Stored dataset items
*-*-*
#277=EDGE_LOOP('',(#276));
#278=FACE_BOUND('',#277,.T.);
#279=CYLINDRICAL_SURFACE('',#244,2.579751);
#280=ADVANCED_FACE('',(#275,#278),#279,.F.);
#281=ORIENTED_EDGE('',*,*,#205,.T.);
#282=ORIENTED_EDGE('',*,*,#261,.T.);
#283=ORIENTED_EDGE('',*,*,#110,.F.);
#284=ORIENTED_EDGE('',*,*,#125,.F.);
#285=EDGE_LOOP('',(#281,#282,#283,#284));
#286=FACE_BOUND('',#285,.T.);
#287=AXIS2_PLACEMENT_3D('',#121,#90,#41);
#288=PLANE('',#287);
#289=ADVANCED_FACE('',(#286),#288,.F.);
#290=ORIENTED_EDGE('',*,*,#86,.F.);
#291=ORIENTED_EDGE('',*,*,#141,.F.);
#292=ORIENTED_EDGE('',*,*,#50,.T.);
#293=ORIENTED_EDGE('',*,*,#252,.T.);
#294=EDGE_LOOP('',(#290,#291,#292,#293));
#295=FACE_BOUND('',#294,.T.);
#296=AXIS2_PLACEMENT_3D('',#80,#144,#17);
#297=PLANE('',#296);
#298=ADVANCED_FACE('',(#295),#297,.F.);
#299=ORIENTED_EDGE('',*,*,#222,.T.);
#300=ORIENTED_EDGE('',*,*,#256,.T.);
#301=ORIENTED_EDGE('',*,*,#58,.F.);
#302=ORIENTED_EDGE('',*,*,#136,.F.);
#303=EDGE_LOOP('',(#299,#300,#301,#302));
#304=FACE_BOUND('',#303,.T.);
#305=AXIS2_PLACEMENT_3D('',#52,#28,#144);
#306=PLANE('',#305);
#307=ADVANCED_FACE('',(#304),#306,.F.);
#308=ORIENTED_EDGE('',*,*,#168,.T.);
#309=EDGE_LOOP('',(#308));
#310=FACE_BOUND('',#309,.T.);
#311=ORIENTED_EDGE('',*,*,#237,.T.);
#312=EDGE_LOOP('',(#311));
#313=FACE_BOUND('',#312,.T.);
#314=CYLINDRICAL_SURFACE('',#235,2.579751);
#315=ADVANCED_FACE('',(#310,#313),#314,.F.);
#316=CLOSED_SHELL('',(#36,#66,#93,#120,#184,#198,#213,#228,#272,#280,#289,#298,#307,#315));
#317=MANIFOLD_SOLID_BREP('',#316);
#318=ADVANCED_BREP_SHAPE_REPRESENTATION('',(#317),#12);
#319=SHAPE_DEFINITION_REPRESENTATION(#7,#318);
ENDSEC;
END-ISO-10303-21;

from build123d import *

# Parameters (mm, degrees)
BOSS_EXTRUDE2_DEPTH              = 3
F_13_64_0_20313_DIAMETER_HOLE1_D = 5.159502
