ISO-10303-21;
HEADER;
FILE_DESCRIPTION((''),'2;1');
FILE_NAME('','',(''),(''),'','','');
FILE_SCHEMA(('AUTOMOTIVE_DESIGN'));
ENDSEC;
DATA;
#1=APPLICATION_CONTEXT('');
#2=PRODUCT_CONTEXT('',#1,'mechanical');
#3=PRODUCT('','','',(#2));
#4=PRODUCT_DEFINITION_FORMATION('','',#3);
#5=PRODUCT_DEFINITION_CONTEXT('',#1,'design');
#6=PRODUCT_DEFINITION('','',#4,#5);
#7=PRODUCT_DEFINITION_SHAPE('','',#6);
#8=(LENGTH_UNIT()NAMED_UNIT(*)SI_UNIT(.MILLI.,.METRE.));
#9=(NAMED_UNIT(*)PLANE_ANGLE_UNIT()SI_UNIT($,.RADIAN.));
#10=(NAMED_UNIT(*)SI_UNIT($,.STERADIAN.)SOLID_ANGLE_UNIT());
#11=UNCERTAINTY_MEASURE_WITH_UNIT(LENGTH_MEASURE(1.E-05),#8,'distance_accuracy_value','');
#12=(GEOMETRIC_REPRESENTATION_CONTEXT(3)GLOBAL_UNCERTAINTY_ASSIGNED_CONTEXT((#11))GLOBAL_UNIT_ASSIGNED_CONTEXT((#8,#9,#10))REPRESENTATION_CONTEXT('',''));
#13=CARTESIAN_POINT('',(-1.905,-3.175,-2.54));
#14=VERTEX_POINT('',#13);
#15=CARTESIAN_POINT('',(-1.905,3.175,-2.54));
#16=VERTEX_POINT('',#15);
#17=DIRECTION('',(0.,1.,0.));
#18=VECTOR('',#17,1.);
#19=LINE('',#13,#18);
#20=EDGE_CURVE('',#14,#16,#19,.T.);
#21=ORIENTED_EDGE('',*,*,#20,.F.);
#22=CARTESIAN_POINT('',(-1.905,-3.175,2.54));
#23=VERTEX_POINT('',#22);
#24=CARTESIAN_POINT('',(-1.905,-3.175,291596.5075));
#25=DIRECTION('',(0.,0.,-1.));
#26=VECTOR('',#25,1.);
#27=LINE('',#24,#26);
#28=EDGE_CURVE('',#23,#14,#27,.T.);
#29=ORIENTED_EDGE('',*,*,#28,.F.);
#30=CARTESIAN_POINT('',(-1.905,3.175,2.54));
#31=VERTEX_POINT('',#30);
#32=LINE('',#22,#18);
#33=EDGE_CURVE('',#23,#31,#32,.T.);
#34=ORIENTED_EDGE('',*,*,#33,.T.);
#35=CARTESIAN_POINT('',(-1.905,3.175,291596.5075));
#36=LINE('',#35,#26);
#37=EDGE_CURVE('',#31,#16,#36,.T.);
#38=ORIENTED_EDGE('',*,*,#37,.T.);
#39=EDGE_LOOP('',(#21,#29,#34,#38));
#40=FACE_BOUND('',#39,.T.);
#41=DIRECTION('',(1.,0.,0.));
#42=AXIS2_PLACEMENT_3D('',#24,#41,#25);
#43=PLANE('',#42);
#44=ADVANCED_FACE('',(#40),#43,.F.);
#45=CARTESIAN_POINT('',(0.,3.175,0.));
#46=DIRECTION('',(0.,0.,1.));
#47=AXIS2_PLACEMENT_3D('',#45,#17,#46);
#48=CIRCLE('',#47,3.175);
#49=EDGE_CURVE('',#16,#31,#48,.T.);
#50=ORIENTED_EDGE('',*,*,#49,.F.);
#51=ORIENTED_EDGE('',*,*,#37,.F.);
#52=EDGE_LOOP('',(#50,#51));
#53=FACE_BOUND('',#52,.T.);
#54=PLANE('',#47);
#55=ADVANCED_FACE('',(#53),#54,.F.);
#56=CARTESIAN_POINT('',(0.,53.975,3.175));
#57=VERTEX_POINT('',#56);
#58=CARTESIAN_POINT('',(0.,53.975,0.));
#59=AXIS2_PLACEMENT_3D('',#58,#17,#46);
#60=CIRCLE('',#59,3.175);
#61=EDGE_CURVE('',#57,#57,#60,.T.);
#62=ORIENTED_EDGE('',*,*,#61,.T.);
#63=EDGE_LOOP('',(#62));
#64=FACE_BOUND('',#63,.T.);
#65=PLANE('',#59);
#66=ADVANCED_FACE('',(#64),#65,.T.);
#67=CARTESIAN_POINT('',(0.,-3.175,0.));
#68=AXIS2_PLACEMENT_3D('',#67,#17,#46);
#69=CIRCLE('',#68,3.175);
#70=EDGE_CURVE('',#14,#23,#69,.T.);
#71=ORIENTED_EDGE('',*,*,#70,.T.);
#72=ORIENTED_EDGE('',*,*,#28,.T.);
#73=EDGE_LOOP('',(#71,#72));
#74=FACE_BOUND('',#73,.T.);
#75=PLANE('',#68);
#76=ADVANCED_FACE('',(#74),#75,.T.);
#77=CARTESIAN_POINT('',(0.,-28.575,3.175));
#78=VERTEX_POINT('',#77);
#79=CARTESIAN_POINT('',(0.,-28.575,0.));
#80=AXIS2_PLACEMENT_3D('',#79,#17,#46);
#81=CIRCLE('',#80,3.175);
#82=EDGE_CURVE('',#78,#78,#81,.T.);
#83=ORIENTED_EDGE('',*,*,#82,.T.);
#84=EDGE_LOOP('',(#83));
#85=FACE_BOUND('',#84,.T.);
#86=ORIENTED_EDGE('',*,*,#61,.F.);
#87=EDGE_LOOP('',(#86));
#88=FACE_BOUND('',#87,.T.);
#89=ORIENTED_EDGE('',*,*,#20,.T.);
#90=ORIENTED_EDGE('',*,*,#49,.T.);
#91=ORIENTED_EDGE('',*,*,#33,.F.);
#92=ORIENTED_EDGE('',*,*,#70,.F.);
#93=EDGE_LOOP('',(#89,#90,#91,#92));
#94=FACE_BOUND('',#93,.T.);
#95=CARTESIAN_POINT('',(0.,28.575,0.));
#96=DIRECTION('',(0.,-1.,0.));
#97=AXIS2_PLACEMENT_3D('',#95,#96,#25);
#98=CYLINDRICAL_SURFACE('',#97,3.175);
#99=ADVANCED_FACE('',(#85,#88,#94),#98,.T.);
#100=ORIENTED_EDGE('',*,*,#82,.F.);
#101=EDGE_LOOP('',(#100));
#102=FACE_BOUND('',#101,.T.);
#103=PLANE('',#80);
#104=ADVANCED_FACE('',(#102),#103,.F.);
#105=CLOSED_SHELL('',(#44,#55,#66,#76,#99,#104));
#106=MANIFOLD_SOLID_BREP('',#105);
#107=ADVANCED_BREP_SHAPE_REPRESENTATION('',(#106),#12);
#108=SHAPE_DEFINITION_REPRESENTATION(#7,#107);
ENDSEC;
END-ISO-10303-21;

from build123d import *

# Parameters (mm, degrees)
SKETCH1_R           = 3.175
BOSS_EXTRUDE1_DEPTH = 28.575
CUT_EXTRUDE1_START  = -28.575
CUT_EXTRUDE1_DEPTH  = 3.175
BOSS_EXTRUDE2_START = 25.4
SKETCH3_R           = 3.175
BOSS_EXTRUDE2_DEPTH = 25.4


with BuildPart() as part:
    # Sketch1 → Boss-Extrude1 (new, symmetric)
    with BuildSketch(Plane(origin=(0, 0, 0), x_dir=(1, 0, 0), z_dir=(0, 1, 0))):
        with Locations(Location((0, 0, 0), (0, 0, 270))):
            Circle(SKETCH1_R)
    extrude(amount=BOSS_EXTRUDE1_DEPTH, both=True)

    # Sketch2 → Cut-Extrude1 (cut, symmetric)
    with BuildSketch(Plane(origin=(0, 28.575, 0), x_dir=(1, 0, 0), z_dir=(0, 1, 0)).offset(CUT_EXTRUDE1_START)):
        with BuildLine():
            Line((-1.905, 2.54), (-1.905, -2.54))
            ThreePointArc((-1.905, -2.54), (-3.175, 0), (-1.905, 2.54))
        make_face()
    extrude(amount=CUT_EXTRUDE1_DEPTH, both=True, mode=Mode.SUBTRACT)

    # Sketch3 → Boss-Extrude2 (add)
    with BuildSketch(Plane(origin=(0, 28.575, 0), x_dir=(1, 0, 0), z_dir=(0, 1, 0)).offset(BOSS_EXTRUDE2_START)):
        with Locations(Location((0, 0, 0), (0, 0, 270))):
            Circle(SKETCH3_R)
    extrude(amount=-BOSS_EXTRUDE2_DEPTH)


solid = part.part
*-*-*
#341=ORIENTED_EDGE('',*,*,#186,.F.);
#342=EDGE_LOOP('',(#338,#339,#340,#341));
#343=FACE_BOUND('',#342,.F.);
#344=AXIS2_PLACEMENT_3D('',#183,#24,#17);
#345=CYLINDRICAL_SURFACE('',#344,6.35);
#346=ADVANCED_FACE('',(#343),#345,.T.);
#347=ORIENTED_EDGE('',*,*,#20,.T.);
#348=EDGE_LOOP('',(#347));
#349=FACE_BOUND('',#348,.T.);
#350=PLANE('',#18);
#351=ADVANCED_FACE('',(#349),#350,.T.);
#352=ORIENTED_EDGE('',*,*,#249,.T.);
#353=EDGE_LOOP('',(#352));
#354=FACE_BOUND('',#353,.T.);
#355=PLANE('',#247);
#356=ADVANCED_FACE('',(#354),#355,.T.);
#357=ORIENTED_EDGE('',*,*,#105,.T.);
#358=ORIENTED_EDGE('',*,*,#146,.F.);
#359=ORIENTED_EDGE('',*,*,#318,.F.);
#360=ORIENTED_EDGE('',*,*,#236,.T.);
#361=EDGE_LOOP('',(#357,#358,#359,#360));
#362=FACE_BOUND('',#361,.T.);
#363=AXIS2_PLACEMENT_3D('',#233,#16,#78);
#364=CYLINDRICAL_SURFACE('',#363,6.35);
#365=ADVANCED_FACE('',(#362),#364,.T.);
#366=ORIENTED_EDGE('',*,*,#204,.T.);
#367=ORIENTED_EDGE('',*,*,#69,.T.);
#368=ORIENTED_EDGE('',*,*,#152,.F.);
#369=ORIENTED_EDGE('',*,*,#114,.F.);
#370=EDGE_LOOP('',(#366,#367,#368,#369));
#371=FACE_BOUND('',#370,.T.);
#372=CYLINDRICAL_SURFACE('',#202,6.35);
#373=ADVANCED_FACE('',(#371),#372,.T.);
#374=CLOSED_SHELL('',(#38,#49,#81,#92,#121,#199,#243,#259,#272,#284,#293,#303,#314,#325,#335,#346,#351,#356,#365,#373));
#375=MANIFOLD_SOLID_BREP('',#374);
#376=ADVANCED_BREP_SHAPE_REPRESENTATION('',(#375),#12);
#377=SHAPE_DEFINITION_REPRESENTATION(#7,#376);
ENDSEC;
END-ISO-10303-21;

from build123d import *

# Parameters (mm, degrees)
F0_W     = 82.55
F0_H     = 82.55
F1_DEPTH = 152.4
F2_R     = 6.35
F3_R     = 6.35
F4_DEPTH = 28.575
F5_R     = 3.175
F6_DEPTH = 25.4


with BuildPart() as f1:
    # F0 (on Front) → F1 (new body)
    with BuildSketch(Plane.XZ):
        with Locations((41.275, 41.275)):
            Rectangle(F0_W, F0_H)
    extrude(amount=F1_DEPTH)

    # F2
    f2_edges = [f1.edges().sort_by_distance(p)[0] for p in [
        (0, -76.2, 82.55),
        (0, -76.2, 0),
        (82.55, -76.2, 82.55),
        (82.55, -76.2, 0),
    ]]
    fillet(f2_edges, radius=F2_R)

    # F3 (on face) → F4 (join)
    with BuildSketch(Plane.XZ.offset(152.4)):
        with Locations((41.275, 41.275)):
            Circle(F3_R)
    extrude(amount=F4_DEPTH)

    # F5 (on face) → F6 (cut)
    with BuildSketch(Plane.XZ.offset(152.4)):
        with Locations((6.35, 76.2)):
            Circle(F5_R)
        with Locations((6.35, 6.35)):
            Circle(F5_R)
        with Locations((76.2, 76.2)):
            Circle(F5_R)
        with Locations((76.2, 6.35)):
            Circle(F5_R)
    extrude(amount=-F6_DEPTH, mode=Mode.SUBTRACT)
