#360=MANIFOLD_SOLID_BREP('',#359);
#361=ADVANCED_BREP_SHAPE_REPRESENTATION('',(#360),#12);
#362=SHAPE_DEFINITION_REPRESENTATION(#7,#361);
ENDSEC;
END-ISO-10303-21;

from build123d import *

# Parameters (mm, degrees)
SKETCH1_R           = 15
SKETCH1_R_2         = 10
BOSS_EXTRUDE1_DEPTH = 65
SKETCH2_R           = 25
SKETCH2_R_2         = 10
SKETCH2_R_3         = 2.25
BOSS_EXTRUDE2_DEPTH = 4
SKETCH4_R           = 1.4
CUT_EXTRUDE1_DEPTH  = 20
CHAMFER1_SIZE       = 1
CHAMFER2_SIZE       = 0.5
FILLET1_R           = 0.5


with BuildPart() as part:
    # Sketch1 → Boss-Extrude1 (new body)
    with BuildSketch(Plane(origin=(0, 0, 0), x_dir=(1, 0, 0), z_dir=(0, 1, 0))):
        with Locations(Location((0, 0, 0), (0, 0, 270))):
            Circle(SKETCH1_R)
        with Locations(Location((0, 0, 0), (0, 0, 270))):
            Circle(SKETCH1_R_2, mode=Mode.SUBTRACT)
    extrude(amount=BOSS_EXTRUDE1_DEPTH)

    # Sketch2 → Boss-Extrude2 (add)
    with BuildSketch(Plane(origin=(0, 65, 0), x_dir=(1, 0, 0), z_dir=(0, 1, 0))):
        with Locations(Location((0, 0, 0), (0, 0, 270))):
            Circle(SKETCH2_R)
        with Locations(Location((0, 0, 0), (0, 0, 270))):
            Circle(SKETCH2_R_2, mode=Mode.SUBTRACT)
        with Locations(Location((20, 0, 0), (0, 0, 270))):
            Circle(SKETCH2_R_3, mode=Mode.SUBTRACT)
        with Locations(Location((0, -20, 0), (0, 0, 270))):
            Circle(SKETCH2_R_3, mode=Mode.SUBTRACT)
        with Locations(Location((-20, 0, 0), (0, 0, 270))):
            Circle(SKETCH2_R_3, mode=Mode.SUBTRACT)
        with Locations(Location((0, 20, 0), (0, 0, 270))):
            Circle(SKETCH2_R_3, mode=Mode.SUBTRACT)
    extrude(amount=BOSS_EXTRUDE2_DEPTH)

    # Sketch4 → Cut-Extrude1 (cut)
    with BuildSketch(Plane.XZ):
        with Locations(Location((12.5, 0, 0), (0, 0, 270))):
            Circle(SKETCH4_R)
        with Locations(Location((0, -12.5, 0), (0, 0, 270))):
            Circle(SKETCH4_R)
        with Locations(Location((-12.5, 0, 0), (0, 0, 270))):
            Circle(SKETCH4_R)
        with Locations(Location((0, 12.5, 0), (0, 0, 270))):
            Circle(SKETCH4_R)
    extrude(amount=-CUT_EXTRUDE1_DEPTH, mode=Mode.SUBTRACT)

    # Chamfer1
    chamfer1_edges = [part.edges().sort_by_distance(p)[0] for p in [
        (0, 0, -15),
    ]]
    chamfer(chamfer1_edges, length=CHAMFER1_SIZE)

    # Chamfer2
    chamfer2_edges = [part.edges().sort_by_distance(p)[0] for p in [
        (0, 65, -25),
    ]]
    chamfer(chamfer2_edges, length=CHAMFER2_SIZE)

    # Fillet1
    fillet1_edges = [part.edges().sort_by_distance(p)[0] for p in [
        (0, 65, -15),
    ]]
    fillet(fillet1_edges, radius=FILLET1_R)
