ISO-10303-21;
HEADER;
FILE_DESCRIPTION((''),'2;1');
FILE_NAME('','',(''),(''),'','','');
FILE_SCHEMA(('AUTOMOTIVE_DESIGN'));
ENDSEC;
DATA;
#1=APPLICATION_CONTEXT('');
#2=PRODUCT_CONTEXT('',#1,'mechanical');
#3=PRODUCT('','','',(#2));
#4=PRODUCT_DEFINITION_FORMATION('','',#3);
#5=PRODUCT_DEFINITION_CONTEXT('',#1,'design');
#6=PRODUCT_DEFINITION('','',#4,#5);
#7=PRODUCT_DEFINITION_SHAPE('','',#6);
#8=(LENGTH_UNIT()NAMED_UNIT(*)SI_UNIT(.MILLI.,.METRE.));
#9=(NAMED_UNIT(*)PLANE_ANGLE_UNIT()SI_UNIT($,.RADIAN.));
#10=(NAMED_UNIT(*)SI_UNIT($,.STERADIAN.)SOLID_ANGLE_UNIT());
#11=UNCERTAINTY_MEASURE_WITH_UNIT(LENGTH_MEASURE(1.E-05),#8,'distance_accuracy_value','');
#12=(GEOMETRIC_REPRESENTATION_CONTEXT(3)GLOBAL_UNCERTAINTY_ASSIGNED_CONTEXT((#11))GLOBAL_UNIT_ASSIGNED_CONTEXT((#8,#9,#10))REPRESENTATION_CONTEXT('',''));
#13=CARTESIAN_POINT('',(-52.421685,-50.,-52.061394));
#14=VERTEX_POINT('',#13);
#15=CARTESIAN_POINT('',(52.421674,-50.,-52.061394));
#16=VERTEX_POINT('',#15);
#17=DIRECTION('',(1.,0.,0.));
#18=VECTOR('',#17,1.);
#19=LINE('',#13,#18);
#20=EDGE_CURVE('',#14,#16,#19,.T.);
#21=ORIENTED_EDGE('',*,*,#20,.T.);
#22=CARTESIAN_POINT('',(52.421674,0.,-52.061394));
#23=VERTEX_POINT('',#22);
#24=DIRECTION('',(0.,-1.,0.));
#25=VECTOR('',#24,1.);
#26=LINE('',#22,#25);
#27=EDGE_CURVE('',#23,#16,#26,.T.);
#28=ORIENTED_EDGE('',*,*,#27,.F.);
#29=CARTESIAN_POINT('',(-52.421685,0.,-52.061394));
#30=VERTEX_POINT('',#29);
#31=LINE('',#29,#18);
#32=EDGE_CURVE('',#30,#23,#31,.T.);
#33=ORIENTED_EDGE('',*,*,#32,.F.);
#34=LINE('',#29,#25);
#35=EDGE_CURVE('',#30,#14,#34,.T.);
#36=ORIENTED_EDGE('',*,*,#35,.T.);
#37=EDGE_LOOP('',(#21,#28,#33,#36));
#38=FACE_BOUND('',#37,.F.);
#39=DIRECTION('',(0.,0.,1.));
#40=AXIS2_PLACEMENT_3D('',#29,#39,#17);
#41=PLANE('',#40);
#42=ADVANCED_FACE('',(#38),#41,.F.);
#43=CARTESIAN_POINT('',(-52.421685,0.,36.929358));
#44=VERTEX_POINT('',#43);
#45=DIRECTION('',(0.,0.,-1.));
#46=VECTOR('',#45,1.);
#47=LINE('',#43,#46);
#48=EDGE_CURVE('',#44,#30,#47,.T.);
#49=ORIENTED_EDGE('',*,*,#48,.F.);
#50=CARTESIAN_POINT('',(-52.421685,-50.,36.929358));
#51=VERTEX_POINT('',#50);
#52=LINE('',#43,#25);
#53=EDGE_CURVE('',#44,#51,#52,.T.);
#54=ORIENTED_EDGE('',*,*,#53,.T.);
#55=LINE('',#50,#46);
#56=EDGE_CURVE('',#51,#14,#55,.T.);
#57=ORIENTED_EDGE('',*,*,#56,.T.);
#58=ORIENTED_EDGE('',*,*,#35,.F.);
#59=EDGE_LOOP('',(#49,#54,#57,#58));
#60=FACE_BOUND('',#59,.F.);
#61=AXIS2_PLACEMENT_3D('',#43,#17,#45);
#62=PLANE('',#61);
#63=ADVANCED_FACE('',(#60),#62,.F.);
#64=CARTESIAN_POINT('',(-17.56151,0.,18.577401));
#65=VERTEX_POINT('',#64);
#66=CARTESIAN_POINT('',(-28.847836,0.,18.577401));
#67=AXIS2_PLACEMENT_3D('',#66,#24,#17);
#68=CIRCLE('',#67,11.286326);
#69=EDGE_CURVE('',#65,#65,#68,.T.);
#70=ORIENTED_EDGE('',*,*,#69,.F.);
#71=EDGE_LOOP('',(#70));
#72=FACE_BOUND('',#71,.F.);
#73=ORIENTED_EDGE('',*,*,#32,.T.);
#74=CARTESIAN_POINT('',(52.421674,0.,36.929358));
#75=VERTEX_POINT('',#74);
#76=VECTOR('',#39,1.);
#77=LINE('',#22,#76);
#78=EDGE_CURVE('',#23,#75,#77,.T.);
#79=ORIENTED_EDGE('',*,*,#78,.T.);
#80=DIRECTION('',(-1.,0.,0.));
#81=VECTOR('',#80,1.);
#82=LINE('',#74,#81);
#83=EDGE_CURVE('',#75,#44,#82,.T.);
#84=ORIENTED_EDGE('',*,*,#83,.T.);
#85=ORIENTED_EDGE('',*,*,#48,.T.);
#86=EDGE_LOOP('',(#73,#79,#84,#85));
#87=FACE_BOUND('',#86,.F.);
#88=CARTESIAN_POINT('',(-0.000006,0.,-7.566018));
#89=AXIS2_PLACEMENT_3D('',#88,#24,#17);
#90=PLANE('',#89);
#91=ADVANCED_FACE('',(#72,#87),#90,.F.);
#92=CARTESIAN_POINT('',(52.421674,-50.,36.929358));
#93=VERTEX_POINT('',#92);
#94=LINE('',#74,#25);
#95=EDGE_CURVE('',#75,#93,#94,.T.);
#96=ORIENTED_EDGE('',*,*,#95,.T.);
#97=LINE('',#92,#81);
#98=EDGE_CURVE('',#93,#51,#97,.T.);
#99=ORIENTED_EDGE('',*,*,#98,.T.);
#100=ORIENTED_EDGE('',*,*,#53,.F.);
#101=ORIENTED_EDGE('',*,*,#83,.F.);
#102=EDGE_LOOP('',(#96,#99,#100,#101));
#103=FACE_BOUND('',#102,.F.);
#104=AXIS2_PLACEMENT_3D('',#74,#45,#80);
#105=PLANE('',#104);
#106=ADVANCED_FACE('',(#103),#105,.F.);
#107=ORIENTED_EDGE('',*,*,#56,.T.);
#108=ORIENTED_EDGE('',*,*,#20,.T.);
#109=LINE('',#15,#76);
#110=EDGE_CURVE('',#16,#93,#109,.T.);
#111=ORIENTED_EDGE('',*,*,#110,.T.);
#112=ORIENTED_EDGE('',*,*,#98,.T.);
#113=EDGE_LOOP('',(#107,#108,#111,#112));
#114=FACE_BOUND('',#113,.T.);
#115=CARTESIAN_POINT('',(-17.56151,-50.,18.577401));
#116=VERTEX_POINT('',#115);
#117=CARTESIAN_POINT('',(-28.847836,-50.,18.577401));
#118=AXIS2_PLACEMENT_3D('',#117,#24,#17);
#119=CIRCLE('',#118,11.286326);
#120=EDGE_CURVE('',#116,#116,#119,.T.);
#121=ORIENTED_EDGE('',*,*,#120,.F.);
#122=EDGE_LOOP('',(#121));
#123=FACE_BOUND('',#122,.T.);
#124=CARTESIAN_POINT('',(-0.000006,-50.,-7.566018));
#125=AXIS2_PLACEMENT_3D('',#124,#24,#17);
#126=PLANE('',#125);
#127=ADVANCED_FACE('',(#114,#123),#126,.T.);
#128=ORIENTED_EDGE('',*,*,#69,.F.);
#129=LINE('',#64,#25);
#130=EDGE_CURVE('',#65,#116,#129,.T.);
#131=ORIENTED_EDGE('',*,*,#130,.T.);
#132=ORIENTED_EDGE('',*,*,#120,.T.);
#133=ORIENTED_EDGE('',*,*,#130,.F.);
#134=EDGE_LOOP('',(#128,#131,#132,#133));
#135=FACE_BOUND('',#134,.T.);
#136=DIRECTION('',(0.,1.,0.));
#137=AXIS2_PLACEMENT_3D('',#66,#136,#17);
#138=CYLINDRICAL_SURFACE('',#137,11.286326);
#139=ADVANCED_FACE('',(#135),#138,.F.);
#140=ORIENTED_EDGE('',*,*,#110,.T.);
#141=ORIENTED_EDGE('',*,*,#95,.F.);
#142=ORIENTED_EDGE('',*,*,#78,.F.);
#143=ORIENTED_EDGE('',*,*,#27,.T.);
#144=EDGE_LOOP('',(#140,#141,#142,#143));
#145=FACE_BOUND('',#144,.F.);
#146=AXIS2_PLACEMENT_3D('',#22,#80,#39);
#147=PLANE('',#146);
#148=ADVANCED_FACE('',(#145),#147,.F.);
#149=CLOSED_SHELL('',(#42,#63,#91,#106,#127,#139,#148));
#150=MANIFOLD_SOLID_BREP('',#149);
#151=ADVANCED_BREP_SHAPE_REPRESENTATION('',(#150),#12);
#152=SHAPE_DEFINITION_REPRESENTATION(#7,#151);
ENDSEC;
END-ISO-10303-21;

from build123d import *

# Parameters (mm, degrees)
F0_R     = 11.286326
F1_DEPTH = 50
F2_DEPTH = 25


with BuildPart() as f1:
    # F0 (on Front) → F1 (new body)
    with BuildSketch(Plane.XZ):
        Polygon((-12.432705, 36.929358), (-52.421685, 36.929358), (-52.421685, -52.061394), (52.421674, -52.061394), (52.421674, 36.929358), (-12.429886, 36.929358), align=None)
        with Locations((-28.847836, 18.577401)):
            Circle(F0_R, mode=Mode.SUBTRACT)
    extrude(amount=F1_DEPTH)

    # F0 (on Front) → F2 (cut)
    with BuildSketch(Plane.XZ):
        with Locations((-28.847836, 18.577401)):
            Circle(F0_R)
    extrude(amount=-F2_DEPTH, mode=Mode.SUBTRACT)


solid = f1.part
*-*-*
• _TASK STATEMENT_:
Scan the entries above for the line containing "#26=LINE('',#22,#25);", and copy it and all lines after it exactly, down to and including the line containing "#33=ORIENTED_EDGE('',*,*,#32,.F.);".

• _RESPONSE AREA_:
#26=LINE('',#22,#25);
#27=EDGE_CURVE('',#23,#16,#26,.T.);
#28=ORIENTED_EDGE('',*,*,#27,.F.);
#29=CARTESIAN_POINT('',(-52.421685,0.,-52.061394));
#30=VERTEX_POINT('',#29);
#31=LINE('',#29,#18);
#32=EDGE_CURVE('',#30,#23,#31,.T.);
#33=ORIENTED_EDGE('',*,*,#32,.F.);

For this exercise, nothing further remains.